Goal of the exercise =>
Below are entries. Reproduce exactly the lines between the line holding "v 2.818 18.478 0.425" and the line holding "v -4.415 12 -17.914", inclusive, and only those.

-- Material to process follows --

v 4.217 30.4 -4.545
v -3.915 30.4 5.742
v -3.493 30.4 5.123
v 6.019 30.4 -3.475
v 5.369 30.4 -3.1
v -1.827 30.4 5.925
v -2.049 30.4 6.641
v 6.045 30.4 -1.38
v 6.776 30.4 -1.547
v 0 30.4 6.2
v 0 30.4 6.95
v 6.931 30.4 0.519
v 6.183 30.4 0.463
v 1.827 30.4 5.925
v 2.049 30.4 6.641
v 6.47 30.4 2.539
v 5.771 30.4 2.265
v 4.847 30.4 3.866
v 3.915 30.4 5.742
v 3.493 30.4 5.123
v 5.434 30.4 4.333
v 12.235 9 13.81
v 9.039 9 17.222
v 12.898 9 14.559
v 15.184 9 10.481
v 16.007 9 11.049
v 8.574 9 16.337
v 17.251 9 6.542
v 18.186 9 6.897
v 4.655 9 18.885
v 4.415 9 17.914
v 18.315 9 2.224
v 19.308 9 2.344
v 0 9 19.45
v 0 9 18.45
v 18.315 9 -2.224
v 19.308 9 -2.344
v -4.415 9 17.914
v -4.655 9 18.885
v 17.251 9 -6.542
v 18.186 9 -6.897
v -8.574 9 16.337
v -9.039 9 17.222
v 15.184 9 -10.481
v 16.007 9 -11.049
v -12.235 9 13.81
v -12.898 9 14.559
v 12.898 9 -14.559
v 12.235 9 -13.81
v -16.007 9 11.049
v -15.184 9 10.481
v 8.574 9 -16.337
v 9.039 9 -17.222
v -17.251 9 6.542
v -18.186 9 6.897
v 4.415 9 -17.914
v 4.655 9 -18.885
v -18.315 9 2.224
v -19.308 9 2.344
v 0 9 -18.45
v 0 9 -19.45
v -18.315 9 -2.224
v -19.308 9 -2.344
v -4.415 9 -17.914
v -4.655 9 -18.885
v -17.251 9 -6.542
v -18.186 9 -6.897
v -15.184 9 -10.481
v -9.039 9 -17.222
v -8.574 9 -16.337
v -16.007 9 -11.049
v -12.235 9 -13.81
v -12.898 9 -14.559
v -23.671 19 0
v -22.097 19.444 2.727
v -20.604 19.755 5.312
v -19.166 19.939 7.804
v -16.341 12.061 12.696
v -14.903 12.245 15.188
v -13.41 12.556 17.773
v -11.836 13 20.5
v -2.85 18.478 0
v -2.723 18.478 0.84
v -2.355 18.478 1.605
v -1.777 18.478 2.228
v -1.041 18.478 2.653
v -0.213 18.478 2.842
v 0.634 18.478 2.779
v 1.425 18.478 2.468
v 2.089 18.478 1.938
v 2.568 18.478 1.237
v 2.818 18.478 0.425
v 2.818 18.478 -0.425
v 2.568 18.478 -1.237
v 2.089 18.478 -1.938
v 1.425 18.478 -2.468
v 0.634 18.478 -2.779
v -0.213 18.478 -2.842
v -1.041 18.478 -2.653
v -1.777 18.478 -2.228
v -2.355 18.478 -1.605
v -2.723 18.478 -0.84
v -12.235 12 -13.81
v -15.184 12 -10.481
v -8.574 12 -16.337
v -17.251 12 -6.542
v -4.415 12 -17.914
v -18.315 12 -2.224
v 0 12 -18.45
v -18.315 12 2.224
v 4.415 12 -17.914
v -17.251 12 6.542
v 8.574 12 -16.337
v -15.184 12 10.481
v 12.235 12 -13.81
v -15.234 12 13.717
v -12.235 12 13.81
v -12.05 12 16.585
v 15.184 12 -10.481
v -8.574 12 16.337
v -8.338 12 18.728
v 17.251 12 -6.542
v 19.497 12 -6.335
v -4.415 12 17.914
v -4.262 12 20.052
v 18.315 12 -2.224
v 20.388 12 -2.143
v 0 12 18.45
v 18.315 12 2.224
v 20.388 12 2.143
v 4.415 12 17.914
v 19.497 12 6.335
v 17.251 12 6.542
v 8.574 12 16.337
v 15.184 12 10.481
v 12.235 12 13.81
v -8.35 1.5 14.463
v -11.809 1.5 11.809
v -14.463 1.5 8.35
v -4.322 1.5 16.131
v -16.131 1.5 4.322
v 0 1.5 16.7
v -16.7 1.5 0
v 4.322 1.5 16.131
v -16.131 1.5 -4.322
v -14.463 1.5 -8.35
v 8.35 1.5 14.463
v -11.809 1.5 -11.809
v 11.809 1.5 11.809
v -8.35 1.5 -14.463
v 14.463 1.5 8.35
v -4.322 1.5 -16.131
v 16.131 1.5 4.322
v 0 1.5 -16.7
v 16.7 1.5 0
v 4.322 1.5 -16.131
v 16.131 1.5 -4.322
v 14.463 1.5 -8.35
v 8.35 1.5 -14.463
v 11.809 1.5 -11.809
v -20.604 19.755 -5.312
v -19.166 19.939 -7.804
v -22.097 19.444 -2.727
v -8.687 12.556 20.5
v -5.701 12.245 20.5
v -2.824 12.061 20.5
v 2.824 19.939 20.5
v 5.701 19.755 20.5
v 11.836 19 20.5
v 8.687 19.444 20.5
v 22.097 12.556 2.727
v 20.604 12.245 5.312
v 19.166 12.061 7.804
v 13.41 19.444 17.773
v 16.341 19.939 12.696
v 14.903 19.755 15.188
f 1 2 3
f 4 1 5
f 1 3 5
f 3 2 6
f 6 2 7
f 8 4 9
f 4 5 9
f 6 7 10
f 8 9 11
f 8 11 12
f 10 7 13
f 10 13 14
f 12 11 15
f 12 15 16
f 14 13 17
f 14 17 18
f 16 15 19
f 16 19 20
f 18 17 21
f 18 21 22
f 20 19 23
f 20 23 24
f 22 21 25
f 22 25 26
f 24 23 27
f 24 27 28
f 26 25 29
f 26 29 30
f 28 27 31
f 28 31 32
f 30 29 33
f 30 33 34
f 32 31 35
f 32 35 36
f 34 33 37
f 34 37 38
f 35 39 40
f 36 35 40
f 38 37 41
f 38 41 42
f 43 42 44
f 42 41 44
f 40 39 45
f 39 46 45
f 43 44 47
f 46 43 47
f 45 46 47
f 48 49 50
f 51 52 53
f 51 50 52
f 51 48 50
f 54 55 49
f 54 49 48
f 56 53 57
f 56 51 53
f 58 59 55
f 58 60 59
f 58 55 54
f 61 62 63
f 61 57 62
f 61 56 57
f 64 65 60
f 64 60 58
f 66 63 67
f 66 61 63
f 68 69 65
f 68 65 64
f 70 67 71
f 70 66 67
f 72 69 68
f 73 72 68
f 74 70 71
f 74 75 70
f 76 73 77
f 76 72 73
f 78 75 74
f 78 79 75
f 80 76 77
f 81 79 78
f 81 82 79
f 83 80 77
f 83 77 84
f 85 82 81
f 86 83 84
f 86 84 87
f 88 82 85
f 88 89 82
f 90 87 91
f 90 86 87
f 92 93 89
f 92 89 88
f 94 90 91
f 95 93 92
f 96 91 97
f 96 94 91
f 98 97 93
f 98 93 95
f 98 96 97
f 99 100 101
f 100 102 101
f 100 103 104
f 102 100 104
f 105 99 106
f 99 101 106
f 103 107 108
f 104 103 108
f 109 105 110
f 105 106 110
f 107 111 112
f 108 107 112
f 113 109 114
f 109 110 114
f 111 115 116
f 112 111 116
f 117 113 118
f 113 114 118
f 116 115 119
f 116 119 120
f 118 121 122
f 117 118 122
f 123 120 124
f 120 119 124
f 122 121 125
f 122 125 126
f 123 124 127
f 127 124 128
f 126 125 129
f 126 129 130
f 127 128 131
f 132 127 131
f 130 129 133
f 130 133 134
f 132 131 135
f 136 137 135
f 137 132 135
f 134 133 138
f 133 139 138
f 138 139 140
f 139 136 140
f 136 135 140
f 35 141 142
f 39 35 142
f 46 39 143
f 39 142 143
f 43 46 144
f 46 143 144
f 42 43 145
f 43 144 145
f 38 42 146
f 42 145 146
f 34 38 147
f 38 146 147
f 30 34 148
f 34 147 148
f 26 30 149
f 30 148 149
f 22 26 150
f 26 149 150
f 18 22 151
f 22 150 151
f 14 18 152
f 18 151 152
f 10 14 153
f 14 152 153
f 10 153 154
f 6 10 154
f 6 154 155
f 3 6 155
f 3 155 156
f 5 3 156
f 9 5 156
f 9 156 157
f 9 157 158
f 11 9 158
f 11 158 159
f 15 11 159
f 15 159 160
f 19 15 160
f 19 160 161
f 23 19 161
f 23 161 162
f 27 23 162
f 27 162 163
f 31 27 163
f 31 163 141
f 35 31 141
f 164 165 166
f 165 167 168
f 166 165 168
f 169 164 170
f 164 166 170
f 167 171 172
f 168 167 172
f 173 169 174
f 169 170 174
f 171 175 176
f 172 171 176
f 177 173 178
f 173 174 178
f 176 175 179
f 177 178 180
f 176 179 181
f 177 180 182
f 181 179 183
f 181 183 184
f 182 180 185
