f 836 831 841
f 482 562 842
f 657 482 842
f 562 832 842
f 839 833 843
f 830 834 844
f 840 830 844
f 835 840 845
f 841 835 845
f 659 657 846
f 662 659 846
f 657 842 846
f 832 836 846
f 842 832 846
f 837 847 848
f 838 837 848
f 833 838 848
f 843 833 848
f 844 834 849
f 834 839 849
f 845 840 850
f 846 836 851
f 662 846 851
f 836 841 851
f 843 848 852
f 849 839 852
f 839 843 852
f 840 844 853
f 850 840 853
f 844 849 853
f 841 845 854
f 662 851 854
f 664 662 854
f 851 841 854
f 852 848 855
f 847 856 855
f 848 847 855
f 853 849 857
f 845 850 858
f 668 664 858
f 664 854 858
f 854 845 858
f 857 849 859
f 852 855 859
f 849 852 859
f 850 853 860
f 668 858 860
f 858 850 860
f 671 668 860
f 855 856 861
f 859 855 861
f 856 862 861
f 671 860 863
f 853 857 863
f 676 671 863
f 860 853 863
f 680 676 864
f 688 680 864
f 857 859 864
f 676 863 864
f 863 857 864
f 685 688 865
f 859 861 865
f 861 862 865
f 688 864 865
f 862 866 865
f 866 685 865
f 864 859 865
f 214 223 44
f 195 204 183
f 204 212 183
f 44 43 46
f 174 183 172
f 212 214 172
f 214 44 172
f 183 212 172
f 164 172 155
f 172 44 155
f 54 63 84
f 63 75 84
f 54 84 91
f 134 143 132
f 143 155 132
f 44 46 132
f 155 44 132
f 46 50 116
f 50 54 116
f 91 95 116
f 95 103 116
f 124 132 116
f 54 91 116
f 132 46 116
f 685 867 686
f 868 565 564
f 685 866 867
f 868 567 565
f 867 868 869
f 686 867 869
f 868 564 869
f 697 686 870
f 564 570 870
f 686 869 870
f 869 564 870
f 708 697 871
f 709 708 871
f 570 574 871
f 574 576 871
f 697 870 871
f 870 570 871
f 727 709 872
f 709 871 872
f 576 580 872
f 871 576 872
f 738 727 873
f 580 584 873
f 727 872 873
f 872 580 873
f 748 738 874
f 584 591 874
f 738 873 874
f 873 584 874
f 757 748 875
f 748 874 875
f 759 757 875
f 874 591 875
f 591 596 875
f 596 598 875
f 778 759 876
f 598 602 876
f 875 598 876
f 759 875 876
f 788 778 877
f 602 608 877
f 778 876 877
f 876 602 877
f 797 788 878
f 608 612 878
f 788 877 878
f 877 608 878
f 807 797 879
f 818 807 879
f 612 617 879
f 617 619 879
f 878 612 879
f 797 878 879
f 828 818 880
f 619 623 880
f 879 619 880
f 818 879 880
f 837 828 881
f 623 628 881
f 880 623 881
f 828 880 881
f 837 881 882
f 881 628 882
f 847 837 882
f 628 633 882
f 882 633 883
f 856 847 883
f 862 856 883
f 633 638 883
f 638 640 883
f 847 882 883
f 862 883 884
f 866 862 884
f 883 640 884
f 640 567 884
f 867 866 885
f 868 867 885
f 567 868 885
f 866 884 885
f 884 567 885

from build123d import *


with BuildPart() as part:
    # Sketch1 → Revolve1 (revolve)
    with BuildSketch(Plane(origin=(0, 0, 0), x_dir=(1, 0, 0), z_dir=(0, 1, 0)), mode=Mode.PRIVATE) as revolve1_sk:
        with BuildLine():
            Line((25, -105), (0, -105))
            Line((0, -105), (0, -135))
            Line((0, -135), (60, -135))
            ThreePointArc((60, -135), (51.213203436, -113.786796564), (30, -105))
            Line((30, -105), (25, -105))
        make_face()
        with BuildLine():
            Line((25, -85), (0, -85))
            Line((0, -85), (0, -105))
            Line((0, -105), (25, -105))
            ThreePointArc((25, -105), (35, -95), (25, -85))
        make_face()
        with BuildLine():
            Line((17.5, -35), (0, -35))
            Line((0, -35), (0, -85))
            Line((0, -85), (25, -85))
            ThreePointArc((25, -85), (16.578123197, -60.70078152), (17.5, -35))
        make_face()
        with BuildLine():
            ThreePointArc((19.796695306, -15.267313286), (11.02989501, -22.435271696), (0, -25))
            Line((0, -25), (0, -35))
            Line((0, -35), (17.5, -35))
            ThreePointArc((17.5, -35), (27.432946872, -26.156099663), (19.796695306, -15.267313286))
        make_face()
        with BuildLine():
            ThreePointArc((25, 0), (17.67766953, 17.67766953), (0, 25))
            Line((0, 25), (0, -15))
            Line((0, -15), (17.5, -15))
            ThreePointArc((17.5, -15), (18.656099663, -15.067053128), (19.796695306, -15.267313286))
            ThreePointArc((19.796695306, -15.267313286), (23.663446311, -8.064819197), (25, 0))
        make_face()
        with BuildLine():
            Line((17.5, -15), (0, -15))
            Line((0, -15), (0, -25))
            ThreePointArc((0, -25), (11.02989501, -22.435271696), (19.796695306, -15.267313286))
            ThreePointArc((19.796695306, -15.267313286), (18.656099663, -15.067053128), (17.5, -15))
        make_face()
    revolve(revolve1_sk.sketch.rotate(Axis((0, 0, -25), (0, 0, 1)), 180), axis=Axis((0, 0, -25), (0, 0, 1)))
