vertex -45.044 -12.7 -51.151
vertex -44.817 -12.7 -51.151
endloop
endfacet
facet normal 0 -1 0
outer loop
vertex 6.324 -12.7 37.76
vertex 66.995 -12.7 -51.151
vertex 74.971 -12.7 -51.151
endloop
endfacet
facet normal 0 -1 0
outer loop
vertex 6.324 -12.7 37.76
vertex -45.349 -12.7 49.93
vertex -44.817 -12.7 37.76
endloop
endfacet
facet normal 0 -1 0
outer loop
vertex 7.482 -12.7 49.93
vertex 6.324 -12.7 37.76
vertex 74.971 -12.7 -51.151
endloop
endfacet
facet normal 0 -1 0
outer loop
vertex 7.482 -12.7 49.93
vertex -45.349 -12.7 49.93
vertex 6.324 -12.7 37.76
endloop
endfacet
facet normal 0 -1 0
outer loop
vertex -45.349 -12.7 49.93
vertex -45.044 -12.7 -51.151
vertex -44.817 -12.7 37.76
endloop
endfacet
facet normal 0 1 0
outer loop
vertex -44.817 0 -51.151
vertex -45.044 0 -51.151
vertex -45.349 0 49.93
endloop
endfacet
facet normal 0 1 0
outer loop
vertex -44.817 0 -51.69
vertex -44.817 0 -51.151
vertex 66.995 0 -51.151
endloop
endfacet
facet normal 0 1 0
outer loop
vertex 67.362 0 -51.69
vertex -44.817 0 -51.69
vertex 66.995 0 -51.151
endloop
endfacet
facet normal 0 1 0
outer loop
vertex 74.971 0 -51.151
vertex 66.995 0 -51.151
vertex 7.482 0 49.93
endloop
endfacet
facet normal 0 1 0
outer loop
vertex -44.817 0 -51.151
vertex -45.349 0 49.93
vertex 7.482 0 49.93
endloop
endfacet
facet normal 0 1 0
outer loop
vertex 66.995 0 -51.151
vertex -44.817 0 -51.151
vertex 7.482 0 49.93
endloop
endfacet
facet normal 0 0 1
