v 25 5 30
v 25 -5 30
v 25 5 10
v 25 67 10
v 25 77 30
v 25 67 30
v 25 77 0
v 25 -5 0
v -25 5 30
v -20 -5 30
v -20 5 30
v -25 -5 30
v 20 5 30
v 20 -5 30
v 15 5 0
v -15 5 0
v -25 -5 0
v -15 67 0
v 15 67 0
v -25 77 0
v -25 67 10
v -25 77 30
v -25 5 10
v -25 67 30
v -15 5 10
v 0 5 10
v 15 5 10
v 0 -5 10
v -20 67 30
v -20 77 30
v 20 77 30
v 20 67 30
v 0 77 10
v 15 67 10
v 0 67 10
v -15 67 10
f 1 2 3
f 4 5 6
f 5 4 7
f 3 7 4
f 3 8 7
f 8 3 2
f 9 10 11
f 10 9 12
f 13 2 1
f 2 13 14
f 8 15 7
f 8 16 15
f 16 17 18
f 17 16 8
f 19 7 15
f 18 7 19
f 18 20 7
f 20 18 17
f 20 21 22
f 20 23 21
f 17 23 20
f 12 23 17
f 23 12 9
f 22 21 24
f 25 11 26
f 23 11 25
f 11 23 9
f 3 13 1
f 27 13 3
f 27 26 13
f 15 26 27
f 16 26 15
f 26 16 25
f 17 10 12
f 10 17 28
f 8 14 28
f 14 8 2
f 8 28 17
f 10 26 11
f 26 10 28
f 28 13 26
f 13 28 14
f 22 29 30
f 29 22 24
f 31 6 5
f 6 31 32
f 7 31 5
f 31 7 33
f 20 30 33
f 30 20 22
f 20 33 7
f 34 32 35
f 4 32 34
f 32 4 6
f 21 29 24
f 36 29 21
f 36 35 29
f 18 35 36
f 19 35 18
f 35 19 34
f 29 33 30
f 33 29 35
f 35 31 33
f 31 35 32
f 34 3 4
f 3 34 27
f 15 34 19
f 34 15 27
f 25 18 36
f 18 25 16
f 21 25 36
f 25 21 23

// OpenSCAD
// v block for collimating laser collimator


OA = 82; // out-to-out of blocks
Y = 10; // height from point of V to base

H = 30;  // overall height of v block
W = 50;  // overall width of v block
L = 10;  // thickness of one v block
C = 10; // stretcher dimension
S = OA - L - L; // clear spacing between blocks

notch = 80.0 * sqrt(0.5);

union() {
	vblock(Y);
	translate( [0.5*W-10,0.5*L,0] )
		cube ( [C, S, C] );
	translate( [-0.5*W,0.5*L,0] )
		cube ( [C, S, C] );
	translate( [0,L+S,0 ] )
		vblock(Y);
}

module vblock( hV ) { // hV is height of notch above base
	difference() {
		translate( [-0.5*W, -0.5*L, 0] )
			cube ( [ W, L, H ] );
		translate( [ 0,-0.5*L, hV ] )
			rotate( [0,-45,0] )
				cube( [notch,L,notch] );
	}
}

-- Material to process concluded --

Solution =>
v 2.818 18.478 0.425
v 2.818 18.478 -0.425
v 2.568 18.478 -1.237
v 2.089 18.478 -1.938
v 1.425 18.478 -2.468
v 0.634 18.478 -2.779
v -0.213 18.478 -2.842
v -1.041 18.478 -2.653
v -1.777 18.478 -2.228
v -2.355 18.478 -1.605
v -2.723 18.478 -0.84
v -12.235 12 -13.81
v -15.184 12 -10.481
v -8.574 12 -16.337
v -17.251 12 -6.542
v -4.415 12 -17.914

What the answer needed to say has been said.